Cette décision devrait décrisper l'atmosphère dans le pays qui a été pris de court par l'annonce de la démission par M. Hariri le 4 novembre à Ryad, où son séjour prolongé avait provoqué de multiples spéculations.
Le visage grave, s'exprimant lors d'une brève allocution télévisée à l'issue d'un entretien avec le président Michel Aoun, le chef du gouvernement a appelé au "dialogue" entre les forces politiques du pays, où deux blocs s'affrontent.
"J'ai discuté de ma démission avec le président de la République qui m'a enjoint d'attendre avant de la présenter (...) pour permettre davantage de consultations (...) j'ai accepté cette requête", a indiqué M. Hariri.
Le constitutionnaliste Edmond Rizk a expliqué à l'AFP que "tant que le président ne l'a pas acceptée (la démission, ndlr), elle n'est pas valable constitutionnellement parlant".
Pour un partenariat
La démission de M. Hariri, annoncée le 4 novembre depuis Ryad sur une chaîne à capitaux saoudiens, avait provoqué une vague d'interrogations encore sans réponse sur sa liberté de mouvement lors de son séjour énigmatique dans le royaume.
Dans son discours mercredi, il a appelé à éloigner le Liban des conflits qui déchirent le Moyen-Orient en respectant une "politique de distanciation", une allusion claire aux interventions du mouvement Hezbollah, membre de son gouvernement, dans des guerres régionales, notamment la Syrie.
"J'aspire aujourd'hui à un véritable partenariat avec toutes les forces politiques en vue de mettre les intérêts du Liban au-dessus de tout autre", a indiqué le Premier ministre.

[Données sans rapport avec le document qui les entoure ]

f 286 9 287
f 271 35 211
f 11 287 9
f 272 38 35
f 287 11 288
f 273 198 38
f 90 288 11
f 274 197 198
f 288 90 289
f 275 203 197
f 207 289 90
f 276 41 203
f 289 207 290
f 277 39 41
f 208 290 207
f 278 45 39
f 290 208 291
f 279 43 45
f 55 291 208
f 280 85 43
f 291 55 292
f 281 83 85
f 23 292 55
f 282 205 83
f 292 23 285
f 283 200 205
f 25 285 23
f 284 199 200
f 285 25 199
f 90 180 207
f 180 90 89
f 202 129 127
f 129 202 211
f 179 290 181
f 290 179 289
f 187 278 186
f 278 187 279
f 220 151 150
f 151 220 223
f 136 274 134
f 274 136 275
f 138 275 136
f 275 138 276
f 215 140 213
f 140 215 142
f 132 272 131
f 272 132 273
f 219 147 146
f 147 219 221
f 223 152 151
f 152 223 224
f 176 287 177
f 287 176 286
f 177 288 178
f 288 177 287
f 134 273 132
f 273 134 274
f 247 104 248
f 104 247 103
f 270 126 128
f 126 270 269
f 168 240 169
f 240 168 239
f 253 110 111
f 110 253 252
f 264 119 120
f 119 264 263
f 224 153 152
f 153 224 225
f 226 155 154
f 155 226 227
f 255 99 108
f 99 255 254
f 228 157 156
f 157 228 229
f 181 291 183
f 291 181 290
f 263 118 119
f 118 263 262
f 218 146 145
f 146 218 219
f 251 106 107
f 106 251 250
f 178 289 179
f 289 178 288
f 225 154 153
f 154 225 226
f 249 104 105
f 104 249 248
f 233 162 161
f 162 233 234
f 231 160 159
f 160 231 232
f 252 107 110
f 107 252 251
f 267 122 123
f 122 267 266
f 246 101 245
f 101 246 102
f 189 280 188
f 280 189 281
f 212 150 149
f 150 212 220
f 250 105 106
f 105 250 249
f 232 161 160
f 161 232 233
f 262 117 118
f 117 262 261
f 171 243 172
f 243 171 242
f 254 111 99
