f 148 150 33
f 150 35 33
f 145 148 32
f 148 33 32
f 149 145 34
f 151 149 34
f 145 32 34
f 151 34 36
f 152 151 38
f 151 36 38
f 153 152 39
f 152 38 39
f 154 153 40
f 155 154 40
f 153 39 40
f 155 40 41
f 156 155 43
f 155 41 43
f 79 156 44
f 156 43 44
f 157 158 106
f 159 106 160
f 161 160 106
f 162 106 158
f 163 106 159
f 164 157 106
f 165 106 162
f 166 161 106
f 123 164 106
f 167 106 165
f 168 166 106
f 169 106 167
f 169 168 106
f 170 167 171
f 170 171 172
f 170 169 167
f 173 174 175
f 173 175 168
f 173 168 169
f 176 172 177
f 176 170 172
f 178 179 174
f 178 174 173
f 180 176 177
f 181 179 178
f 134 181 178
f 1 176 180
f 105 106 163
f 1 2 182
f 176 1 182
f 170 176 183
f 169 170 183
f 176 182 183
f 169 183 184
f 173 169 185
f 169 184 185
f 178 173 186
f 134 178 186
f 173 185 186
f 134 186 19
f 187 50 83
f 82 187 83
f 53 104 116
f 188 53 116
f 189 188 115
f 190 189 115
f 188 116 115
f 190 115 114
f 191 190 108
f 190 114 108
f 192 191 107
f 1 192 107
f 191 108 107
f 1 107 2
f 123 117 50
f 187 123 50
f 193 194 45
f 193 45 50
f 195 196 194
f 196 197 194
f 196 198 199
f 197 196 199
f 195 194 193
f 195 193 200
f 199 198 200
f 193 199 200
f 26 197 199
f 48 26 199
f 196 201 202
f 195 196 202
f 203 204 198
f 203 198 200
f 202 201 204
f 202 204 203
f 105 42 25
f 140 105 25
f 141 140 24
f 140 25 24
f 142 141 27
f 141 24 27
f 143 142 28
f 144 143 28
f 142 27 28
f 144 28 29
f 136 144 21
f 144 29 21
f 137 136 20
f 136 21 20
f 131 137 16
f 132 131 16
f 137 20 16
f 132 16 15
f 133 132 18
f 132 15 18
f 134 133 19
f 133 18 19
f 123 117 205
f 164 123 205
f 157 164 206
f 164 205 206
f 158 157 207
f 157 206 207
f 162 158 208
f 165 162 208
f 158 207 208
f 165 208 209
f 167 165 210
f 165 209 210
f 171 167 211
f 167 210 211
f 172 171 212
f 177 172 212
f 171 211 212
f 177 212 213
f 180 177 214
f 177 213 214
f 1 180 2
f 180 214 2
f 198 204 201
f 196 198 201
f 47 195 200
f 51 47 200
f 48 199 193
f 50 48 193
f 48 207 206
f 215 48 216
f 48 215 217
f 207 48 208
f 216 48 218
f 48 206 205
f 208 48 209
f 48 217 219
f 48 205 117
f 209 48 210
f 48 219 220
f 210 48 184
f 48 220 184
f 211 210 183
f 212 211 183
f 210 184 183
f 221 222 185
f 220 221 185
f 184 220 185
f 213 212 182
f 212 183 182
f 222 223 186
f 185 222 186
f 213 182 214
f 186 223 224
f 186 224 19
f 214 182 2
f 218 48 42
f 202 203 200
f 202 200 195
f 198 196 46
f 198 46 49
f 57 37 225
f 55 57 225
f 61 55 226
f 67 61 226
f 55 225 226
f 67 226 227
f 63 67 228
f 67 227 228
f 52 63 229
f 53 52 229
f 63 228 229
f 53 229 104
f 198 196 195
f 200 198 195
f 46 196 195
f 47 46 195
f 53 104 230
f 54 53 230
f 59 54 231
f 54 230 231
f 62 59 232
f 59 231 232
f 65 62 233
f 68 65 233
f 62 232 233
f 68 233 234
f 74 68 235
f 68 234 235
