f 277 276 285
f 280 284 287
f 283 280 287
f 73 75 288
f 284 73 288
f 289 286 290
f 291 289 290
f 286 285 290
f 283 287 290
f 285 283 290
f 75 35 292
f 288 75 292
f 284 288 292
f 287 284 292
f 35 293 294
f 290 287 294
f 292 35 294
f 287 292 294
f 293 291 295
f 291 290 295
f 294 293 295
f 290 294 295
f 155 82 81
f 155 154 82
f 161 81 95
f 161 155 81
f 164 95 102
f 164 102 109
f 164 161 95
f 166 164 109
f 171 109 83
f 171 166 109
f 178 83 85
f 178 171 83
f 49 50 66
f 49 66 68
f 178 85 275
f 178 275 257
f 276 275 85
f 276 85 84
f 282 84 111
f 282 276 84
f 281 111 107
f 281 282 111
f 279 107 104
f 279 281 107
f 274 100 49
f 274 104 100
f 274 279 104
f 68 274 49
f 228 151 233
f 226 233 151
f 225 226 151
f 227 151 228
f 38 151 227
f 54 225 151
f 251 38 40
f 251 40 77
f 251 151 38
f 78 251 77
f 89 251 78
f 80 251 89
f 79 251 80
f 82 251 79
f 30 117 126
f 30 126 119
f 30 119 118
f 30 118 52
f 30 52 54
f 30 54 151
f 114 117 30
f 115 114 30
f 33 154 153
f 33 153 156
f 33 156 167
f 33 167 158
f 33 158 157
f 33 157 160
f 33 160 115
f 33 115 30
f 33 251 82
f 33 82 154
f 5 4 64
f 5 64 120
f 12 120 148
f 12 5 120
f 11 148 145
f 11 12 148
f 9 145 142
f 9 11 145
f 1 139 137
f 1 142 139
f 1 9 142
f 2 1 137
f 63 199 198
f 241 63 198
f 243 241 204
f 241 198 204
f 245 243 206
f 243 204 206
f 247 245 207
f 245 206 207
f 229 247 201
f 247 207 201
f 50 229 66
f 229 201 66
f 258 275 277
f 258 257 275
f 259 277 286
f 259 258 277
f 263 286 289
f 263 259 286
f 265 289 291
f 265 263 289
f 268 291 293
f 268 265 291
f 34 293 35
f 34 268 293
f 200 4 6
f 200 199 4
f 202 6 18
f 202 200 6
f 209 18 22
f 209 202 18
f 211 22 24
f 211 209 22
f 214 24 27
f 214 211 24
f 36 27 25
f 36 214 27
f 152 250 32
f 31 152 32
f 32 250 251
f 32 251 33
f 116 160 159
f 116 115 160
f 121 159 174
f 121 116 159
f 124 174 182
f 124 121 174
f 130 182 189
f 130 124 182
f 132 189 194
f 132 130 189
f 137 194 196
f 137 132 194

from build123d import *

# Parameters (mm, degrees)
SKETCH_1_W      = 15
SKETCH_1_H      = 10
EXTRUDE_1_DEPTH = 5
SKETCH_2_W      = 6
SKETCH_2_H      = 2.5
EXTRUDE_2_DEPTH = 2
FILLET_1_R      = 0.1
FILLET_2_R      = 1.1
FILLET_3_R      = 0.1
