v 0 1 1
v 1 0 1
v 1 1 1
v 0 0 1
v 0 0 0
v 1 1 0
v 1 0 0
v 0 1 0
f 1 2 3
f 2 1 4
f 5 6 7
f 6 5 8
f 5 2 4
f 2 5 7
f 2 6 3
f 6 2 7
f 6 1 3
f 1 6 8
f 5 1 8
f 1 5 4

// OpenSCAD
$fn=63;
X=[16.5,26.5];
Y=[12, 44];
D=1.5;
H=1.5;
K=3;
L=5;

SP=.4;


//Y=concat(Y0,YY);

//C=[X[0]*2,Y[len(Y)-1]+Y[0],H];
C=[X[0]+X[1],Y[1]+Y[0],H];
W=18;

mode="cover";
//mode="diff_marker";
if(mode=="main") {
    difference() {
        union() {
//            cube(C);
//            translate([0,-W,0])
            cube([C[0],C[1]+W,C[2]]);
        }
        for(x=X)
        for(y=Y) {
            translate([x,y,0])
            cylinder(d=D,h=10,center=true);
        }
    }
}

if(mode=="cover") {
    
    H1=9.5;
    H2=35;
    
    
    cube([35,52.5,]);
    
}


if(mode=="step") {
    
    c=[X[1]+X[0],Y[0]+Y[1]]/2;
    dx=6.5;
    dy=9;
    
    difference() {
        union() {
//            cube(C);
//            translate([0,-W,0])
            translate(c)
            cube([X[1]-X[0]+2*dx,Y[1]-Y[0]+2*dy,10],center=true);
        }

        for(x=X)
        for(y=Y) {
            translate([x,y,0])
            cylinder(d=6.5,h=100,center=true);
        }
    }
}

if(mode=="diff_marker") {
    L=150;
    difference() {
        translate([-H,0,-H])
        cube([W,L,3*H]);

        translate([0,-H,0])
        cube([W,2*L,10*H]);
        
        for(y=[25,50,75,100,125])
            translate([W/2,y,0])
            cylinder(d=3,h=20,center=true);
    }
}
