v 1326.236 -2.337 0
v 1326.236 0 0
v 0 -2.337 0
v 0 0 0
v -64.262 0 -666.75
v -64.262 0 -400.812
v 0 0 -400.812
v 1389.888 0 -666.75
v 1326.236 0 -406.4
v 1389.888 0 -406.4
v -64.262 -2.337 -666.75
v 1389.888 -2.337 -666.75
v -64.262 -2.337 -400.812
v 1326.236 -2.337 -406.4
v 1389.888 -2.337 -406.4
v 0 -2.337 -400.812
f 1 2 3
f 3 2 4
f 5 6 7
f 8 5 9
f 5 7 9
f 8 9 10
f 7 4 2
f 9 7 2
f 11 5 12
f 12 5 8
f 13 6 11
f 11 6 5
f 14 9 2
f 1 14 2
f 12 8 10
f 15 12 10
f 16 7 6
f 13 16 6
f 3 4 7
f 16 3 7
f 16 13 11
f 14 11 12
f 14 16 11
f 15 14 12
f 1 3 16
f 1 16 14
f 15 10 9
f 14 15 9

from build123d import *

# Parameters (mm, degrees)
F1_DEPTH = 2.3368


with BuildPart() as f1:
    # F0 (on Front) → F1 (new body)
    with BuildSketch(Plane.XZ):
        Polygon((1326.235613, 2.9e-05), (1.3e-05, 2.9e-05), (1.3e-05, -400.811971), (-64.261987, -400.811971), (-64.261987, -666.749971), (1389.888013, -666.749971), (1389.888013, -406.399971), (1326.235613, -406.399971), align=None)
    extrude(amount=F1_DEPTH)


solid = f1.part
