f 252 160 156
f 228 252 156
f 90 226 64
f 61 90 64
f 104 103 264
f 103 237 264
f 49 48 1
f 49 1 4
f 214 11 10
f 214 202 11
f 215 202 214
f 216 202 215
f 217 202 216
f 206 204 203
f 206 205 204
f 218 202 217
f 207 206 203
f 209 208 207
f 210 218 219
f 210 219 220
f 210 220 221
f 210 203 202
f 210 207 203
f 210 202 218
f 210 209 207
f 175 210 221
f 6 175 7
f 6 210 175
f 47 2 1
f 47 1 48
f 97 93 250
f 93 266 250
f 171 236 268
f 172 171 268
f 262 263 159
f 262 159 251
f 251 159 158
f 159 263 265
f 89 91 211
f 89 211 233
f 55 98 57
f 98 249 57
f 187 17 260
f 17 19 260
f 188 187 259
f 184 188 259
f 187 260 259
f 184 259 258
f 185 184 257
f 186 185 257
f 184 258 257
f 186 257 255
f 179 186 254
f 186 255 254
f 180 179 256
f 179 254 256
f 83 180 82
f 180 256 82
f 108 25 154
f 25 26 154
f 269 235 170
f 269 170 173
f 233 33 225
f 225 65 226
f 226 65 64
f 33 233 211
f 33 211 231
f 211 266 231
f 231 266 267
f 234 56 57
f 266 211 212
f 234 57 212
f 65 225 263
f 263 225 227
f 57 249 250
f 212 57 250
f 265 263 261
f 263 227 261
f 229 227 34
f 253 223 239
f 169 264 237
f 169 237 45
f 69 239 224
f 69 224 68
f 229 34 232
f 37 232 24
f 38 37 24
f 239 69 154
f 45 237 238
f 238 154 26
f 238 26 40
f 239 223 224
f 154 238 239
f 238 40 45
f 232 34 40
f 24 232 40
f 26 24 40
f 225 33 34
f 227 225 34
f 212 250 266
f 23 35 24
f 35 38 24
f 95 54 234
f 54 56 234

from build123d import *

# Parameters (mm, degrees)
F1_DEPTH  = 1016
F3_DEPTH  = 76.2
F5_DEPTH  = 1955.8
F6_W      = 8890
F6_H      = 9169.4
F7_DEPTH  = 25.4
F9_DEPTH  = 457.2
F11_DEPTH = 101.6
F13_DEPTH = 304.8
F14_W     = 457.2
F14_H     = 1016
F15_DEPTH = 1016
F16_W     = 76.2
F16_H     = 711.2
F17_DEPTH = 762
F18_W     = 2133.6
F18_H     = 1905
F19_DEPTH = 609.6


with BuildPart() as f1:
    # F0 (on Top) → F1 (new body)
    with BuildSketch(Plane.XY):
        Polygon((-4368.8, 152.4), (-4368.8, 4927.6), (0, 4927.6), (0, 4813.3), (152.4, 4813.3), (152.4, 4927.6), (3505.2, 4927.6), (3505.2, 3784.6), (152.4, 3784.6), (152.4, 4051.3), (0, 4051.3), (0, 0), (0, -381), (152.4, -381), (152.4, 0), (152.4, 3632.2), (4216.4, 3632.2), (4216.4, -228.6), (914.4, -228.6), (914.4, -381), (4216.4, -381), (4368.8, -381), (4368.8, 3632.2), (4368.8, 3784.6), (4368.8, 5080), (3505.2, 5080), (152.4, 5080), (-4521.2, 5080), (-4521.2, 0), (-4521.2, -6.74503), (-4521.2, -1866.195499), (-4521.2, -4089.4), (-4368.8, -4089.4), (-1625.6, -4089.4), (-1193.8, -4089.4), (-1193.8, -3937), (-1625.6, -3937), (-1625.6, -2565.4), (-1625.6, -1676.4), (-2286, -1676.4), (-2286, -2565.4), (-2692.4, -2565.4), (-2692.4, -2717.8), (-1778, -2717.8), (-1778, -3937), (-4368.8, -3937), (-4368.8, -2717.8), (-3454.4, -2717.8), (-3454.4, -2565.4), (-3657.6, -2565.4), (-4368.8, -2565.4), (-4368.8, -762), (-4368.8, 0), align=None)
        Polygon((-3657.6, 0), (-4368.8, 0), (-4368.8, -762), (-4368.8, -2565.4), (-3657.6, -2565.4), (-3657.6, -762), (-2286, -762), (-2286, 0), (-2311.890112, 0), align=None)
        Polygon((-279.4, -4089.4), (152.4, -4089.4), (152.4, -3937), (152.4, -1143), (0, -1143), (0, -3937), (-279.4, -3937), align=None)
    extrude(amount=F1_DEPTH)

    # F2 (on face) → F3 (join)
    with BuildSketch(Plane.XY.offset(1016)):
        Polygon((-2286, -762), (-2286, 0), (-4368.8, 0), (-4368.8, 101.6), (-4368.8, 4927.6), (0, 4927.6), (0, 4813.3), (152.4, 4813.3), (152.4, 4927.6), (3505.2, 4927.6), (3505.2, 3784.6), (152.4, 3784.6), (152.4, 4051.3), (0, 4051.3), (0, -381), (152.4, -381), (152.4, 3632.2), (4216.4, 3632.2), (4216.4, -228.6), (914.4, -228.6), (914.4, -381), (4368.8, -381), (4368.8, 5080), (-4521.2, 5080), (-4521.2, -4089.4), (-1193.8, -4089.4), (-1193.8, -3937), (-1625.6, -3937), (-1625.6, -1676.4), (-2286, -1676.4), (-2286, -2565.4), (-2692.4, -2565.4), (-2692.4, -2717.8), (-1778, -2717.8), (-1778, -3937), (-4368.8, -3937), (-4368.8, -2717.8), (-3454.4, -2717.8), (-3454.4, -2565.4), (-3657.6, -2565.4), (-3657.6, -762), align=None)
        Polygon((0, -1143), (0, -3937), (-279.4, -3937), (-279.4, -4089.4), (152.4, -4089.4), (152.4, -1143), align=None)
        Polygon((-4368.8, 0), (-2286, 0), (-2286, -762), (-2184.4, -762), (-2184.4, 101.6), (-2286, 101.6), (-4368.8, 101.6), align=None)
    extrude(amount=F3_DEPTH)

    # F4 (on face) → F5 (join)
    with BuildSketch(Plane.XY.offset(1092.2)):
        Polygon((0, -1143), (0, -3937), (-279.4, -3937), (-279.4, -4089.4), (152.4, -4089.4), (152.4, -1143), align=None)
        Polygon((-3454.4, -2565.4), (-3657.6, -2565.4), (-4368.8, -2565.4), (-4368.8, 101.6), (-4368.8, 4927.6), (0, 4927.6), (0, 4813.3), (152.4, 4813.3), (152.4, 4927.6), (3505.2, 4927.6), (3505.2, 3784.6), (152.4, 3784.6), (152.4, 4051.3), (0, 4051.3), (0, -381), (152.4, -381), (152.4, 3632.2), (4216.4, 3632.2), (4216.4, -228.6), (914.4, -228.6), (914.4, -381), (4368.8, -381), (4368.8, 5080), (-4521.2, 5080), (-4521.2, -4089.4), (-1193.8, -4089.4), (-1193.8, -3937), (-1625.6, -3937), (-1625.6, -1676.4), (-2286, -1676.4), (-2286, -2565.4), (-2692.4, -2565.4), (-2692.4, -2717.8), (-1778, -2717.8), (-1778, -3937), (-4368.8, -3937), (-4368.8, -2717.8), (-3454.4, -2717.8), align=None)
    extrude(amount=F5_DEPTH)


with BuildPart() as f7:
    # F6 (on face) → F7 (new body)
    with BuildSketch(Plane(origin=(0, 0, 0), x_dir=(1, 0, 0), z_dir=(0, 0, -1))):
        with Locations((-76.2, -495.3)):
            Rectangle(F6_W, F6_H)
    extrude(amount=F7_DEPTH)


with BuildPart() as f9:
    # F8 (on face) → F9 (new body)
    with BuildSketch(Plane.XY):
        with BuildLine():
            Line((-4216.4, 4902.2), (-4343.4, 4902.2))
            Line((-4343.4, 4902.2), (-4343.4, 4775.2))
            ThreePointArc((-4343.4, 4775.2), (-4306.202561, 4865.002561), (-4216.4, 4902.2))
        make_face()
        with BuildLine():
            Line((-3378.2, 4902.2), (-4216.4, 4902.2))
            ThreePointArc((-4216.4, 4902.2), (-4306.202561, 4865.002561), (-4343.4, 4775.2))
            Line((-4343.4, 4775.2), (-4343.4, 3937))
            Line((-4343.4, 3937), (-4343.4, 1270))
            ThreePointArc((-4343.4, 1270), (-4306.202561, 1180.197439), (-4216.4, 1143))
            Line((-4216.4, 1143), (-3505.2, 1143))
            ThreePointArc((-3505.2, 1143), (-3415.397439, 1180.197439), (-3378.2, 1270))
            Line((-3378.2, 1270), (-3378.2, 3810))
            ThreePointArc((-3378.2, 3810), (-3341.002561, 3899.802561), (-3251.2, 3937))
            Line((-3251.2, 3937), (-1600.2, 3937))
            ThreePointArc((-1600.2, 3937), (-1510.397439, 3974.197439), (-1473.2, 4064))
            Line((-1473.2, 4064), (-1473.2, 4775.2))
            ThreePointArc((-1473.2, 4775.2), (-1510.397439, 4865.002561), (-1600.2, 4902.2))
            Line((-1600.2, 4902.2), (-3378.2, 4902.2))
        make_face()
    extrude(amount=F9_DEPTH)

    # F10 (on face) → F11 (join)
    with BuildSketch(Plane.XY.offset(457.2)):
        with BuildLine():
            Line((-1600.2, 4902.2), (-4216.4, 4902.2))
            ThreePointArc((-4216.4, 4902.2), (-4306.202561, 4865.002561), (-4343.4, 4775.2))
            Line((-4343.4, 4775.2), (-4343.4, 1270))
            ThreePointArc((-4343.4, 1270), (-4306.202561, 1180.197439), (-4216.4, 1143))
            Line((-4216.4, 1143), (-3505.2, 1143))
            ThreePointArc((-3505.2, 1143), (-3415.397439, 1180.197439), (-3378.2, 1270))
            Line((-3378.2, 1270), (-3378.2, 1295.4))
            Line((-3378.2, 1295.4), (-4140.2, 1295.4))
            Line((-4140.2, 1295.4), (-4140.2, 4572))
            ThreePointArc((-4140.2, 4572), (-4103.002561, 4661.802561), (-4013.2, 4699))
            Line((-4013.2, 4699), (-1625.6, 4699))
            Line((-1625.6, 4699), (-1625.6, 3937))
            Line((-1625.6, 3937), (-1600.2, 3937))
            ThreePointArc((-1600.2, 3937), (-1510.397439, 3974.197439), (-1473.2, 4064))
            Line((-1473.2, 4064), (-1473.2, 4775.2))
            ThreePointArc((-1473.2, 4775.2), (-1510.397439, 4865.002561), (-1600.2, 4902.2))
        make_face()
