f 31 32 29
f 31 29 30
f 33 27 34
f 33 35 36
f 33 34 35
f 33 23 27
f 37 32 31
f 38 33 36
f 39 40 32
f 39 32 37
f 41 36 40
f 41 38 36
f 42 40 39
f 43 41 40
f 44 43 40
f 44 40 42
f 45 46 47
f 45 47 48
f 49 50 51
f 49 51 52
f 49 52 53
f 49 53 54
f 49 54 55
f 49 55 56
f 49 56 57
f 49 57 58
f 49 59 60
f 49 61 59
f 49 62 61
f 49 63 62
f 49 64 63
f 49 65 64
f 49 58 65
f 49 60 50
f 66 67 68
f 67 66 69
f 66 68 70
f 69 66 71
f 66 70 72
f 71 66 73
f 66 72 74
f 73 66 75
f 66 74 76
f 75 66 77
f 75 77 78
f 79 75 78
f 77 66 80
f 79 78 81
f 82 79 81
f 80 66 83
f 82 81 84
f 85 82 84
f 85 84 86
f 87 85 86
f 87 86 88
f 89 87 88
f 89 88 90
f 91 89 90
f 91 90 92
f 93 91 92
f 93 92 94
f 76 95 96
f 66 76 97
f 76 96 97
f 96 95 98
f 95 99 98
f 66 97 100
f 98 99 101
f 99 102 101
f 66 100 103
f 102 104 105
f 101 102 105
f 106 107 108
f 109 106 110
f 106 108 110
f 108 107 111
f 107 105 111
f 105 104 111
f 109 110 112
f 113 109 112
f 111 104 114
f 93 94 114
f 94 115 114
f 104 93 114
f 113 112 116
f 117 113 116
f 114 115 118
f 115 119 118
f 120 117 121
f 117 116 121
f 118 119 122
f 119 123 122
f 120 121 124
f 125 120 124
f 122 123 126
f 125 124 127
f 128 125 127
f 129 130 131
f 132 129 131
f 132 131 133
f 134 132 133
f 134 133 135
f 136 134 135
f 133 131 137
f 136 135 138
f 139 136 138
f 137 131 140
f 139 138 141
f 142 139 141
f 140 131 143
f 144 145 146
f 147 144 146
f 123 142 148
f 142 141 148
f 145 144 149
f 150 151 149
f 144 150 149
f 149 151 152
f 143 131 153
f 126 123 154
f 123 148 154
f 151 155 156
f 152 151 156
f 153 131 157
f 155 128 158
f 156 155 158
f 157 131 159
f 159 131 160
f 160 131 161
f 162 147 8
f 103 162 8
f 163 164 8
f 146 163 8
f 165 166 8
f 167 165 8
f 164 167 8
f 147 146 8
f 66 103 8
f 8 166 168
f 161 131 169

Lundi, le chef du Hezbollah Hassan Nasrallah, adoptant un ton conciliant, s'était dit "ouvert à tout dialogue".
M. Hariri, un protégé de l'Arabie saoudite, avait justifié sa démission en dénonçant la "mainmise" de l'Iran et du Hezbollah sur les affaires du Liban et leur "ingérence" dans les conflits de la région.
Il avait également affirmé craindre pour sa vie.
Plus tôt à Beyrouth, le chef du gouvernement était apparu aux côtés de M. Aoun et du chef du Parlement Nabih Berri dans une tribune pour assister à la parade militaire de la fête de l'Indépendance, 74 ans après la fin du mandat français au Liban.
C'est la France qui a pris l'initiative dans cette crise politique lorsque le président Emmanuel Macron a invité M. Hariri, alors encore à Ryad, à se rendre à Paris. Des analystes ont même parlé d'une "exfiltration".
M. Aoun était allé jusqu'à accuser Ryad de retenir M. Hariri en "otage", ce que l'intéressé et Ryad ont ensuite démenti.
Le parti de M. Hariri, le Courant du Futur, a appelé ses partisans à un rassemblement devant la maison du chef du gouvernement, dans le centre-ville à 13H00 locales (11H00 GMT).
Plusieurs dizaines de personnes étaient rassemblées en fin de matinée près de son domicile en arborant le drapeau bleu du parti. "Toi ou personne", lit-on sur une banderole.
Appel à l'unité
La démission a été rapidement interprétée comme un nouveau bras de fer entre les parrains régionaux des deux camps rivaux au Liban: l'Arabie saoudite sunnite, qui soutient M. Hariri, et l'Iran chiite, qui appuie le Hezbollah.
Poids lourd de la politique libanaise, le Hezbollah est le seul mouvement à ne pas avoir déposé les armes après la guerre civile (1975-1990) et son arsenal divise les Libanais.
Le geste de M. Hariri avait également donné lieu à d'intenses consultations diplomatiques, impliquant notamment la France qui souhaite s'ériger en puissance médiatrice sur plusieurs dossiers brûlants de la région.
M. Aoun avait refusé jusqu'à présent d'accepter la démission de M. Hariri, la tradition voulant que celle-ci soit remise en main propre et sur le sol libanais. La démission d'un Premier ministre à partir d'un sol étranger est sans précédent dans l'histoire du Liban.
Dans son discours la veille de la fête de l'Indépendance, M. Aoun a appelé les Libanais à "l'unité" et à s'éloigner des dissensions.
De nombreux pays s'étaient inquiétés des retombées du bras de fer Ryad-Téhéran sur le Liban, pays aux équilibres fragiles et miné par les crises politiques.